REFORM of the Common Agricultural Policy (CAP) has been “glacially slow” and there are no guarantees it will be tied up by June, a land expert has warned.

“There are risks still surrounding this, and risks still attending the European budget,” he said.

“We have now gone from one draft to three drafts. We have spent nearly 18 months getting to this position.”

Jeremy Moody, secretary and adviser to the Central Association of Agricultural Valuers (CAAV), was in Ipswich earlier this month to address the Suffolk Association of Agricultural Valuers, described as the oldest of the associations.

He addressed a packed audience of valuers, who were joined by landowners, solicitors, bankers and accountants at Suffolk Food Hall at Wherstead.

They were there to hear the latest developments in CAP reform and about Mr Moody’s dealings with Brussels and Whitehall.

“We’ll get onto the fact CAP reform isn’t reform in a moment,” he told the audience.

Mr Moody who has been in post since 1995, saw through the Farm Business Tenancy reforms of 1995 and is a member of the Tenancy Reform Industry Group (TRIG) and the McDonald Report Implementation Group.

He has also been engaged for many years with CAP reform, dealing with Brussels and Whitehall officials and other bodies as well as dealing with practical issues and questions posed by solicitors, accountants, valuers and landowners.

“There’s so much on the table to talk about, I would not like to guarantee it will be done by June,” he said of the CAP reform talks.

The National Farmers’ Union had estimated a subsidy cut for UK farmers as things stand at about 22% in funding coming into schemes here, he told delegates.

What “greening” and “capping” will mean will change considerably in the course of the negotiation, he predicted.

Higher Level Stewardship (HLS) schemes curiously looked “immune”, he added.

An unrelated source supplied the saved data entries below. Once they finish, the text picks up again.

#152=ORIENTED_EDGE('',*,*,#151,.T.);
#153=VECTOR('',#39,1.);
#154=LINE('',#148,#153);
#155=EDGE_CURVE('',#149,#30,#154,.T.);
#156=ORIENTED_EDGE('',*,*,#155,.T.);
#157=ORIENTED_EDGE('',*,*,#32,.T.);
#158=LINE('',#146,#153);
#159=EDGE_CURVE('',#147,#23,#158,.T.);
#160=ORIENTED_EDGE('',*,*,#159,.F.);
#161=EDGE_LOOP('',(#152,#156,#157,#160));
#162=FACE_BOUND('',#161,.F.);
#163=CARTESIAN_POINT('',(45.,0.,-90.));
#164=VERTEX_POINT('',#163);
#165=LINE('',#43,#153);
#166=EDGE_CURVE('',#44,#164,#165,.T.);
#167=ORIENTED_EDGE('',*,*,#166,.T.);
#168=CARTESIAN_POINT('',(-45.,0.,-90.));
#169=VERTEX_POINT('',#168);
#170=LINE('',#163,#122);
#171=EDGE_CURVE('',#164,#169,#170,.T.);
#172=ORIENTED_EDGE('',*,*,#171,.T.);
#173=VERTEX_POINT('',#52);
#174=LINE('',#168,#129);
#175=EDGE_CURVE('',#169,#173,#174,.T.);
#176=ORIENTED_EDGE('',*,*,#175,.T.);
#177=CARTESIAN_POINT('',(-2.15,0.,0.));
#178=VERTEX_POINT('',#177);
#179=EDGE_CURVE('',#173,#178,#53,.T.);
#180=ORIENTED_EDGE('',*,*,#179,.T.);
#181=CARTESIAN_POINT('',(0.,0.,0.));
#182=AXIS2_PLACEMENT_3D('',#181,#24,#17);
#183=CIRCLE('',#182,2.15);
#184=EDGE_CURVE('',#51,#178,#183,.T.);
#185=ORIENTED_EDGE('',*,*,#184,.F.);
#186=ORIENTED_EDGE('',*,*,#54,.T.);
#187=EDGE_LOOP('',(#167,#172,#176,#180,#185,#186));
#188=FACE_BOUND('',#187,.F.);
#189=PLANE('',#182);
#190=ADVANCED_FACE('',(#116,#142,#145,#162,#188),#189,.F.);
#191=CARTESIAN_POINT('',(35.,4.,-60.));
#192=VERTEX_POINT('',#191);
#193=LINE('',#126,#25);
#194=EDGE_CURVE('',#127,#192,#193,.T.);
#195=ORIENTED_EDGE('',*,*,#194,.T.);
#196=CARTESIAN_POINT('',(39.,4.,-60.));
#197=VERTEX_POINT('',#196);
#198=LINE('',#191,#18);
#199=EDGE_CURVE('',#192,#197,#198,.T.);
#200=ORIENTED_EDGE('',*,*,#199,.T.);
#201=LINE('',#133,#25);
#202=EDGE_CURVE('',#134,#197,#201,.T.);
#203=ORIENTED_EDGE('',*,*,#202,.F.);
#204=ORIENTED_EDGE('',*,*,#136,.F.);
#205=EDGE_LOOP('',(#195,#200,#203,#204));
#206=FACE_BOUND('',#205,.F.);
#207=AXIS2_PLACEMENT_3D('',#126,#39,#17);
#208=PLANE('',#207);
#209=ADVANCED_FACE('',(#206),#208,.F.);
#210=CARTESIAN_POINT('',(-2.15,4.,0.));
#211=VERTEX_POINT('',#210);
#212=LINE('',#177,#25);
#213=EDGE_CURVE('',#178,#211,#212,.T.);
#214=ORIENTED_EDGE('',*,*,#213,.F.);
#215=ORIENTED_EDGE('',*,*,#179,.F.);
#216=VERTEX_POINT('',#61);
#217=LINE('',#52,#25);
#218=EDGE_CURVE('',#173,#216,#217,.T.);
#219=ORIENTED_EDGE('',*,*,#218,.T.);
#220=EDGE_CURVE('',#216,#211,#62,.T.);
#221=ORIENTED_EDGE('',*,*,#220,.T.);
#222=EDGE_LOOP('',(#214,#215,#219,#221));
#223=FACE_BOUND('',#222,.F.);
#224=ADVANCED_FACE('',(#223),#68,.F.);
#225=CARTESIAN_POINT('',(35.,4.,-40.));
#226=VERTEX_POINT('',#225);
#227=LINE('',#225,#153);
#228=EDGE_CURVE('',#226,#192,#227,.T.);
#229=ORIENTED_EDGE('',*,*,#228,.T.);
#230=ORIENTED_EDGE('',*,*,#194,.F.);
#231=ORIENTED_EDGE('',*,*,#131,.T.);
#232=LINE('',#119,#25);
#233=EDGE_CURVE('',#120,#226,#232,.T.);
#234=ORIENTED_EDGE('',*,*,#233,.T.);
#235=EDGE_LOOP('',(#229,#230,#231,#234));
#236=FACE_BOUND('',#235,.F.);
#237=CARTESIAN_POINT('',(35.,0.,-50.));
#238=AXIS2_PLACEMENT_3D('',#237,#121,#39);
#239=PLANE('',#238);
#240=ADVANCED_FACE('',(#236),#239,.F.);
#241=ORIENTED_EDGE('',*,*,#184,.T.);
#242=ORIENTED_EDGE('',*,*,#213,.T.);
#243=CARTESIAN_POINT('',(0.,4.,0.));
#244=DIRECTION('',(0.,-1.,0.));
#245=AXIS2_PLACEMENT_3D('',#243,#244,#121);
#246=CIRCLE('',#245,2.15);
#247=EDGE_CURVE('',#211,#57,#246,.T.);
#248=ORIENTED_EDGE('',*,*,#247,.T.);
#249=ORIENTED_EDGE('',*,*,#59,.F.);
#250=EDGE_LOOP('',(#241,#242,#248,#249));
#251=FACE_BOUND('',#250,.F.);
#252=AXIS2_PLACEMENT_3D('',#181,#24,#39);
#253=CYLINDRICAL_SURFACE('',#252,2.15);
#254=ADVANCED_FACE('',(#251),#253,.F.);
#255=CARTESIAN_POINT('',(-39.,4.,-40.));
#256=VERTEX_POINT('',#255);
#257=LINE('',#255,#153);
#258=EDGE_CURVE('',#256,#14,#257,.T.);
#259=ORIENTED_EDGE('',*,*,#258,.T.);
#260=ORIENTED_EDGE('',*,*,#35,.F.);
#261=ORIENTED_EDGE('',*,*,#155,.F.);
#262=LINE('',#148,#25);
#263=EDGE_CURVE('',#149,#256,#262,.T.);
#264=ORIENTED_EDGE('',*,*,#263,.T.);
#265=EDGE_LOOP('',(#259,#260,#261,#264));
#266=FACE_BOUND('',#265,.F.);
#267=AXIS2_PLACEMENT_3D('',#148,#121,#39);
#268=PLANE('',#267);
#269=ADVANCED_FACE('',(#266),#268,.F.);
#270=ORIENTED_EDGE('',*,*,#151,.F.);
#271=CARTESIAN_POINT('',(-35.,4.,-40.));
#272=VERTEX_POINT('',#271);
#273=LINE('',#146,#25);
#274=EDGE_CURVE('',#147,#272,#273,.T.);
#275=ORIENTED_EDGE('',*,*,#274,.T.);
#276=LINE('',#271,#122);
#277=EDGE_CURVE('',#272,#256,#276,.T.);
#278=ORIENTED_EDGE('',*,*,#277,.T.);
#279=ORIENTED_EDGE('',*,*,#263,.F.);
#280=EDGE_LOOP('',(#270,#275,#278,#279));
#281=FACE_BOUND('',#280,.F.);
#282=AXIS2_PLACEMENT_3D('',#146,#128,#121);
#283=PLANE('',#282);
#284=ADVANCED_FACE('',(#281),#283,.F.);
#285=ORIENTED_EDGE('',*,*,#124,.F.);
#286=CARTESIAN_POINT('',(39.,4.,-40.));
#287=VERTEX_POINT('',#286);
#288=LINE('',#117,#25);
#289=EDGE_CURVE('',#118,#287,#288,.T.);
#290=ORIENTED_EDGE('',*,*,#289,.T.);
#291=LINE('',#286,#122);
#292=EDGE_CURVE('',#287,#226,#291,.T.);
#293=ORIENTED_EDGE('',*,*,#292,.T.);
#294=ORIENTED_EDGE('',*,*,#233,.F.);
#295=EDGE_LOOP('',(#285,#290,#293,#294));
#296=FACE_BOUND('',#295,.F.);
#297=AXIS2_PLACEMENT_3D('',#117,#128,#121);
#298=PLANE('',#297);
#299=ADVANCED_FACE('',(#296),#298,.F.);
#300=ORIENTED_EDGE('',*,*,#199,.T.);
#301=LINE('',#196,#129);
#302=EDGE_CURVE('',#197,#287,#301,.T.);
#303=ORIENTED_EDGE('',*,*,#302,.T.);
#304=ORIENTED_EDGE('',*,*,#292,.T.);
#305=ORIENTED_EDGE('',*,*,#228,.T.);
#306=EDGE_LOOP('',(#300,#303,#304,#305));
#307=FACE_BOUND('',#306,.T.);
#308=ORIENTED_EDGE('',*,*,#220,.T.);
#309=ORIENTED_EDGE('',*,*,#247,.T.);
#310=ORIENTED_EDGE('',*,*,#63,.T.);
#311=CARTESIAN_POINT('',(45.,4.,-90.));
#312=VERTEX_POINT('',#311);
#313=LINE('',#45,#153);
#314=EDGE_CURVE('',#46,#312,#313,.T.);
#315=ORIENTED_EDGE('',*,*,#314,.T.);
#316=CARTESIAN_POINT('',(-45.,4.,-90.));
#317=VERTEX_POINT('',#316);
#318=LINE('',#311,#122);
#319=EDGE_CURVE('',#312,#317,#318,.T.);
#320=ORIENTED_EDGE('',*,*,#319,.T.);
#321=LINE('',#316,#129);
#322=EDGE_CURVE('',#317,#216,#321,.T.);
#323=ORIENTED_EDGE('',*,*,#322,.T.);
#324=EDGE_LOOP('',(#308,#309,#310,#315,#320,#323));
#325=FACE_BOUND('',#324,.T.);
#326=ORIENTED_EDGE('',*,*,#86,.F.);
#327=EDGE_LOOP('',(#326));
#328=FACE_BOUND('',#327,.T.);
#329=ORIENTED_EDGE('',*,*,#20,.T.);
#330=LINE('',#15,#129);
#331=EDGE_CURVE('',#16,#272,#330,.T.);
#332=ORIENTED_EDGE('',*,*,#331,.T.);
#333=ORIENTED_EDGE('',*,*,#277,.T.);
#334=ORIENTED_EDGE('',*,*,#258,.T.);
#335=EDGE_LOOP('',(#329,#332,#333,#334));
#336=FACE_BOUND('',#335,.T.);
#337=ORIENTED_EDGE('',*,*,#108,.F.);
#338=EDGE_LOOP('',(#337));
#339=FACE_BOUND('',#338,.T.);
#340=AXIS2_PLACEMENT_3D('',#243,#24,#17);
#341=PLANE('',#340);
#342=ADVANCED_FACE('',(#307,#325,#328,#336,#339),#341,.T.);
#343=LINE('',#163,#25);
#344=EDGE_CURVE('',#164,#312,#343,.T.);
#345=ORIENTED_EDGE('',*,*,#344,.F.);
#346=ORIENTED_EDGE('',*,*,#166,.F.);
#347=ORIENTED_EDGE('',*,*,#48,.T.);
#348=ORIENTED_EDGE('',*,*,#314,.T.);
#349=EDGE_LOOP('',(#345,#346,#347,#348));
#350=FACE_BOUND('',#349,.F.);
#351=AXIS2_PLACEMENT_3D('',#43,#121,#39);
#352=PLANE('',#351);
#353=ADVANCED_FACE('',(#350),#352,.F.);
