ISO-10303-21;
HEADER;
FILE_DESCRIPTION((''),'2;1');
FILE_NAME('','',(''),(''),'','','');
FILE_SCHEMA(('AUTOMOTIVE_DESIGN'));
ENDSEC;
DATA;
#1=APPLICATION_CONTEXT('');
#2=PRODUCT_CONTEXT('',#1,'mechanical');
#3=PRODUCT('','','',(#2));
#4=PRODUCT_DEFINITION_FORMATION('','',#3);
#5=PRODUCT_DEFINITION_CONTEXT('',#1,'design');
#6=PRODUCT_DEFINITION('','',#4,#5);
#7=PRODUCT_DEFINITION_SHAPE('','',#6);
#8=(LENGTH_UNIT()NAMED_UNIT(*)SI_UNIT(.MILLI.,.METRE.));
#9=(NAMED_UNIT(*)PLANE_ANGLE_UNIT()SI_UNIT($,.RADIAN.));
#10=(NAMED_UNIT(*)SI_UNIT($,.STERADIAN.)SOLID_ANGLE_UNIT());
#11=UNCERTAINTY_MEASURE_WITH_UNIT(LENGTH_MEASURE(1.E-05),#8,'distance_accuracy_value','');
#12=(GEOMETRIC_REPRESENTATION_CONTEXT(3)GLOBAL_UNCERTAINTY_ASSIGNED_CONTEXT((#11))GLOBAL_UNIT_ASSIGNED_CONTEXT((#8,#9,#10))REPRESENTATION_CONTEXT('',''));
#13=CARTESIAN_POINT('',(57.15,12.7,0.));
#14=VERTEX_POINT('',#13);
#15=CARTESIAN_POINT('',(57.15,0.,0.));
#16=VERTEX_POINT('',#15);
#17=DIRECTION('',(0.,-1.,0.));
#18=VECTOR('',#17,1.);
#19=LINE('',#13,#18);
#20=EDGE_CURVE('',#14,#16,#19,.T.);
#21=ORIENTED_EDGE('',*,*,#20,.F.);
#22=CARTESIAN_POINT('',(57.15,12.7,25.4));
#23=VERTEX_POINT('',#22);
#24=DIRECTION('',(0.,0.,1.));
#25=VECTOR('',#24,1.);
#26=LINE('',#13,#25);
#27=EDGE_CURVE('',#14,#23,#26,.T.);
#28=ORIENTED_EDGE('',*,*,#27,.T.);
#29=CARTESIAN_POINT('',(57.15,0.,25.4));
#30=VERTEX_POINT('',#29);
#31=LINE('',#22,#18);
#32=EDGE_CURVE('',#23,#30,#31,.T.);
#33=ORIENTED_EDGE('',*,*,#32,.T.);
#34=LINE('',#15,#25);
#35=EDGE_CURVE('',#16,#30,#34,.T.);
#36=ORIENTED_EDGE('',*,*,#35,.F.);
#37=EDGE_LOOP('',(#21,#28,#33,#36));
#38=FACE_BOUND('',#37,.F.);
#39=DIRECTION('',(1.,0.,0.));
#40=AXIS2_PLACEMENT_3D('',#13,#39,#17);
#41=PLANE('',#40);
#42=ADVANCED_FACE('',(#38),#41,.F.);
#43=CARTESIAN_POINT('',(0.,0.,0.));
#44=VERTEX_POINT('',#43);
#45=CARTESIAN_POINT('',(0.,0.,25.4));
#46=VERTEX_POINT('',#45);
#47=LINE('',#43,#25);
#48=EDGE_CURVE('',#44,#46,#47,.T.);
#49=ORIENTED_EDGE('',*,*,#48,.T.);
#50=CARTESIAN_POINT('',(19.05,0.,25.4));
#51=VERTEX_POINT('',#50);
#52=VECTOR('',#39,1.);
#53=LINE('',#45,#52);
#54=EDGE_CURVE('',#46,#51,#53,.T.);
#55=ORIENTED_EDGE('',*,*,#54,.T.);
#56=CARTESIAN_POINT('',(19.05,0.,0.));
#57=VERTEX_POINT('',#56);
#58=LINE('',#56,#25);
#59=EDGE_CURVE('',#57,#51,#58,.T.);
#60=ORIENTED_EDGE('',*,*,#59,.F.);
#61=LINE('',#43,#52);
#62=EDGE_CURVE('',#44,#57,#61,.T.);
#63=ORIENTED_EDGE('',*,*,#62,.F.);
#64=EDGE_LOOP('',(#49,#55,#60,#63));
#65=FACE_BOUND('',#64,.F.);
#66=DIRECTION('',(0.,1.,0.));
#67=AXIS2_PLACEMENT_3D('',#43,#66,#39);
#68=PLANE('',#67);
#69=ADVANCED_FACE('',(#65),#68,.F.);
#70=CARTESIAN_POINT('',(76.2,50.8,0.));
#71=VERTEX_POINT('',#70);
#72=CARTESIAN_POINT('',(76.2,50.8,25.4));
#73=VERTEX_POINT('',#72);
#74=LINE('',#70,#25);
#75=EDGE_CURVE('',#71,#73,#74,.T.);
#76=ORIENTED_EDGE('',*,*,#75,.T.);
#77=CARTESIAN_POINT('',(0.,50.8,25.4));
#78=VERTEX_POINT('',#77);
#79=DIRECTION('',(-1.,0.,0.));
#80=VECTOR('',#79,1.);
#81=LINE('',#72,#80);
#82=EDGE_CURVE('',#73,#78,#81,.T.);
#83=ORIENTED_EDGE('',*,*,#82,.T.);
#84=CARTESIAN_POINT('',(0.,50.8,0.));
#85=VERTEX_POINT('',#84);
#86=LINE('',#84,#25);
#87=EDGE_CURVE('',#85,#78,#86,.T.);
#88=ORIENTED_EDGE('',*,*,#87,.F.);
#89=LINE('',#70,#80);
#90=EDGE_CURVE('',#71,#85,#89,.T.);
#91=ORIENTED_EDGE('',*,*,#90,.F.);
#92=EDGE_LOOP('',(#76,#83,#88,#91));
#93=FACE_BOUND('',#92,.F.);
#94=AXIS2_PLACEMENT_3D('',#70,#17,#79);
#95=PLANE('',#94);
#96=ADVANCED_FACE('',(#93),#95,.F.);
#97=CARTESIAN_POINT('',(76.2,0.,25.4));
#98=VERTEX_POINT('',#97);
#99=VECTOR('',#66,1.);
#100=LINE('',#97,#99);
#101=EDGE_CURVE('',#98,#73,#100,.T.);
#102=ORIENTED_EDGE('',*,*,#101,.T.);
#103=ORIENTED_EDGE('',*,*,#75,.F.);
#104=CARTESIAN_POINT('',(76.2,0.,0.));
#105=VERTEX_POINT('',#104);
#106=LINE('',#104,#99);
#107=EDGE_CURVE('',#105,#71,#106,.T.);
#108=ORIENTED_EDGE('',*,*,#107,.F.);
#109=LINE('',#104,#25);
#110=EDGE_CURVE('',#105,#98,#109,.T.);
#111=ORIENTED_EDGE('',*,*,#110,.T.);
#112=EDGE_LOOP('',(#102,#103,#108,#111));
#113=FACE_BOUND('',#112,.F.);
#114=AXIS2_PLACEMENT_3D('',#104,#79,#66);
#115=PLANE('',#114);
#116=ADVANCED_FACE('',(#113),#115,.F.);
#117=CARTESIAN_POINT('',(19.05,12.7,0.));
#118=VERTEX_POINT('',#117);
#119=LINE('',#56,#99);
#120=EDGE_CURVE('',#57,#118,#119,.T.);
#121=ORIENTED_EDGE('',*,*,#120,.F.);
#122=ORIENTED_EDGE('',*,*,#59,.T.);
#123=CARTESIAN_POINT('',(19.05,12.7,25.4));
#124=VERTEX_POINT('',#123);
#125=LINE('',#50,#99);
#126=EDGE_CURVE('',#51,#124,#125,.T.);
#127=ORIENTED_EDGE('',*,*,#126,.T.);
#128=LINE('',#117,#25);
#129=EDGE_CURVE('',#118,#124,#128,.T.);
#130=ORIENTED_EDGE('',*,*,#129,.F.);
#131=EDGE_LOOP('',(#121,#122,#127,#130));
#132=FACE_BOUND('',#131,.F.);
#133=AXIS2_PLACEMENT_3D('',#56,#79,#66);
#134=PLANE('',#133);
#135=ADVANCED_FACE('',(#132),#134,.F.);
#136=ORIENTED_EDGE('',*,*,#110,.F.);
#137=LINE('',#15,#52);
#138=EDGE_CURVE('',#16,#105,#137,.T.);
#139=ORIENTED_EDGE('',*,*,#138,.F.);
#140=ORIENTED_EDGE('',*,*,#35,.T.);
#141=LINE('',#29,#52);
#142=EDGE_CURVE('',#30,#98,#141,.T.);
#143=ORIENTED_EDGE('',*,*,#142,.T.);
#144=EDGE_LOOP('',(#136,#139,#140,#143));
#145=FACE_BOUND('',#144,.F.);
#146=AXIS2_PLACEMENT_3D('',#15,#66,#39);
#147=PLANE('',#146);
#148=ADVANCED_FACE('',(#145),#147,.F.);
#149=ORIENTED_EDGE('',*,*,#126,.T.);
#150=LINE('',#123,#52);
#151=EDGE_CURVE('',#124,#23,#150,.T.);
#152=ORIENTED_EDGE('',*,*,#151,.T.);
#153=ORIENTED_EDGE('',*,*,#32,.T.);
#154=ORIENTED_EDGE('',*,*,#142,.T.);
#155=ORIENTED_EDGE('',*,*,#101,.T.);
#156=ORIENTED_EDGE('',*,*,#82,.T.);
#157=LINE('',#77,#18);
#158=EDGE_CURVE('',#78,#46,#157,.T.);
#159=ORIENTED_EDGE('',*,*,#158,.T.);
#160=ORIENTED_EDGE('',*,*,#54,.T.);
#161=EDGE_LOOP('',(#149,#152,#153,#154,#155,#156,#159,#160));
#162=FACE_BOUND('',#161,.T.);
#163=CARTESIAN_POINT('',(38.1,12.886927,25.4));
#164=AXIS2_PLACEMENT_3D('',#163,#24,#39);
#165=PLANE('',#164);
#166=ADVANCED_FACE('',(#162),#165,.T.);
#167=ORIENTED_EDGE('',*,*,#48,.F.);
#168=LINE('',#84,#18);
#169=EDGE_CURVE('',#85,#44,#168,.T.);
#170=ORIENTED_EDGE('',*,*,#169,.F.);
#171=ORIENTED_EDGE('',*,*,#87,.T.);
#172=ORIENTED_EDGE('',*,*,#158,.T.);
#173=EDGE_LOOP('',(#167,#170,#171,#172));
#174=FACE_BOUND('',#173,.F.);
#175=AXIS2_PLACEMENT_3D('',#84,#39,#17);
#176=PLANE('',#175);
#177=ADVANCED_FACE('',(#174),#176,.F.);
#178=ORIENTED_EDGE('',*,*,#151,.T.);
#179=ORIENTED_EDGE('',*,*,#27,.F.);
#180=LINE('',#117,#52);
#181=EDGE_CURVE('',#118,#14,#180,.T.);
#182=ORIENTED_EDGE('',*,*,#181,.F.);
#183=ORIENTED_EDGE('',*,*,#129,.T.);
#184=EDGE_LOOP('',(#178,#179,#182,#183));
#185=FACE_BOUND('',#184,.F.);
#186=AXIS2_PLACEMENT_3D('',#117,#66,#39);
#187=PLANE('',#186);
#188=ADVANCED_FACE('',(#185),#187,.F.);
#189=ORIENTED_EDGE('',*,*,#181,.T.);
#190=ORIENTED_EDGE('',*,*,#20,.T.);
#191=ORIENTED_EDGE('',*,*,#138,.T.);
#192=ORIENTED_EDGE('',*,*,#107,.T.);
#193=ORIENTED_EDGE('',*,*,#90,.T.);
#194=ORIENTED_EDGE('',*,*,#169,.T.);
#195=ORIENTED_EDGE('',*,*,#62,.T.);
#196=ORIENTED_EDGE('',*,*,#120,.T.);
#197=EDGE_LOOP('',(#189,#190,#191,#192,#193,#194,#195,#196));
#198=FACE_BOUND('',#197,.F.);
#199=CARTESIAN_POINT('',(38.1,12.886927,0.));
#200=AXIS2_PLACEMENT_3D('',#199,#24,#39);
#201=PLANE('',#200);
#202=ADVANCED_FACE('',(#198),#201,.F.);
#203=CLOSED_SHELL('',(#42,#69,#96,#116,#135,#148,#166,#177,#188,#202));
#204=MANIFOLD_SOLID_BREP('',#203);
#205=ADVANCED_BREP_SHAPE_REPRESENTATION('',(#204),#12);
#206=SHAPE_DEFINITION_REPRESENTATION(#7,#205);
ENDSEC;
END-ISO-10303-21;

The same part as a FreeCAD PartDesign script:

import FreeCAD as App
import Part
import Sketcher

V = App.Vector
Q = App.Units.Quantity


def add_polygon(sketch, points):
    """Adds a closed chain of lines whose ends are joined by coincident constraints."""
    first, n = sketch.GeometryCount, len(points)
    for a, b in zip(points, points[1:] + points[:1]):
        sketch.addGeometry(Part.LineSegment(App.Vector(*a, 0), App.Vector(*b, 0)), False)
    for i in range(n):
        sketch.addConstraint(Sketcher.Constraint("Coincident", first + i, 2, first + (i + 1) % n, 1))

doc = App.newDocument("Part")
body = doc.addObject("PartDesign::Body", "Body")

sketch1 = body.newObject("Sketcher::SketchObject", "Sketch")
sketch1.AttachmentSupport = (doc.getObject("XY_Plane"), [""])
sketch1.MapMode = "FlatFace"
add_polygon(sketch1, [(0, 0), (19, 0), (19, 13), (57, 13), (57, 0), (76, 0), (76, 51), (0, 51)])
sketch1.addConstraint([
    Sketcher.Constraint("Horizontal", 0),
    Sketcher.Constraint("Vertical", 1),
    Sketcher.Constraint("Horizontal", 2),
    Sketcher.Constraint("Vertical", 3),
    Sketcher.Constraint("Horizontal", 4),
    Sketcher.Constraint("Vertical", 5),
    Sketcher.Constraint("Horizontal", 6),
    Sketcher.Constraint("Vertical", 7),
    Sketcher.Constraint("Coincident", 7, 2, -1, 1),
    Sketcher.Constraint("PointOnObject", 3, 2, -1),
    Sketcher.Constraint("Equal", 0, 4),
    Sketcher.Constraint("DistanceX", 6, 2, 6, 1, Q("3 in")),
    Sketcher.Constraint("DistanceY", 5, 1, 5, 2, Q("2 in")),
    Sketcher.Constraint("DistanceX", 2, 1, 2, 2, Q("1.5 in")),
    Sketcher.Constraint("DistanceY", 1, 1, 1, 2, Q("0.5 in")),
])
pad1 = body.newObject("PartDesign::Pad", "Pad")
pad1.Profile = sketch1
pad1.Length = Q("1 in")

doc.recompute()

“At no point in any of this have I picked up a qualm about HLS agreement except they will be coming to an end,” he said. “All the discussion is on Entry Level Stewardship (ELS).”

He added: “Anything agreed from January 2012 will have a revision clause attached to it.”

“Greening will be new and we are definitely going to have a new regime for agri-environment schemes.”

He advised keeping flexibility for clients against the different prospects which CAP reform may open up.

There were issues around the existing entitlements register, he said. At the moment, the “key to the front door” was the existence of a business which had successfully claimed in 2011, he said.

“All I can do is counsel extreme care over business restructuring,” he said.

Active farming was a less troubling area than a year ago, if the farmer is farming, but campsite or golf course owners were falling into the “undeserving farmer” category, he said.

Capping “won’t affect very many people at all”, he predicted. Under greening, the professionals gathered would “regret the loss of simplicity of the Single Farm Payments”, he predicted.

The “real heart of darkness” was the agri-environment schemes and the shrinking funds available for them, he said.

“The more they do this swiftly, the more it will probably be left for member states to decide,” he said.

There were problems welling up, he said.

“The question for professional advisers is where you sit on the spectrum of risk.”

The Central Association of Agricultural Valuers (CAAV) was formed in 1910 by representatives of local valuers’ associations to provide a national organisation with professional authority which represented valuers and ensure professional standards.

SAAV president Oliver Holloway said that in his presidential year, he wanted to promote the organisation to a wider audience and had invited other professionals, which whom valuers are regularly in contact, to the breakfast conference with that in mind.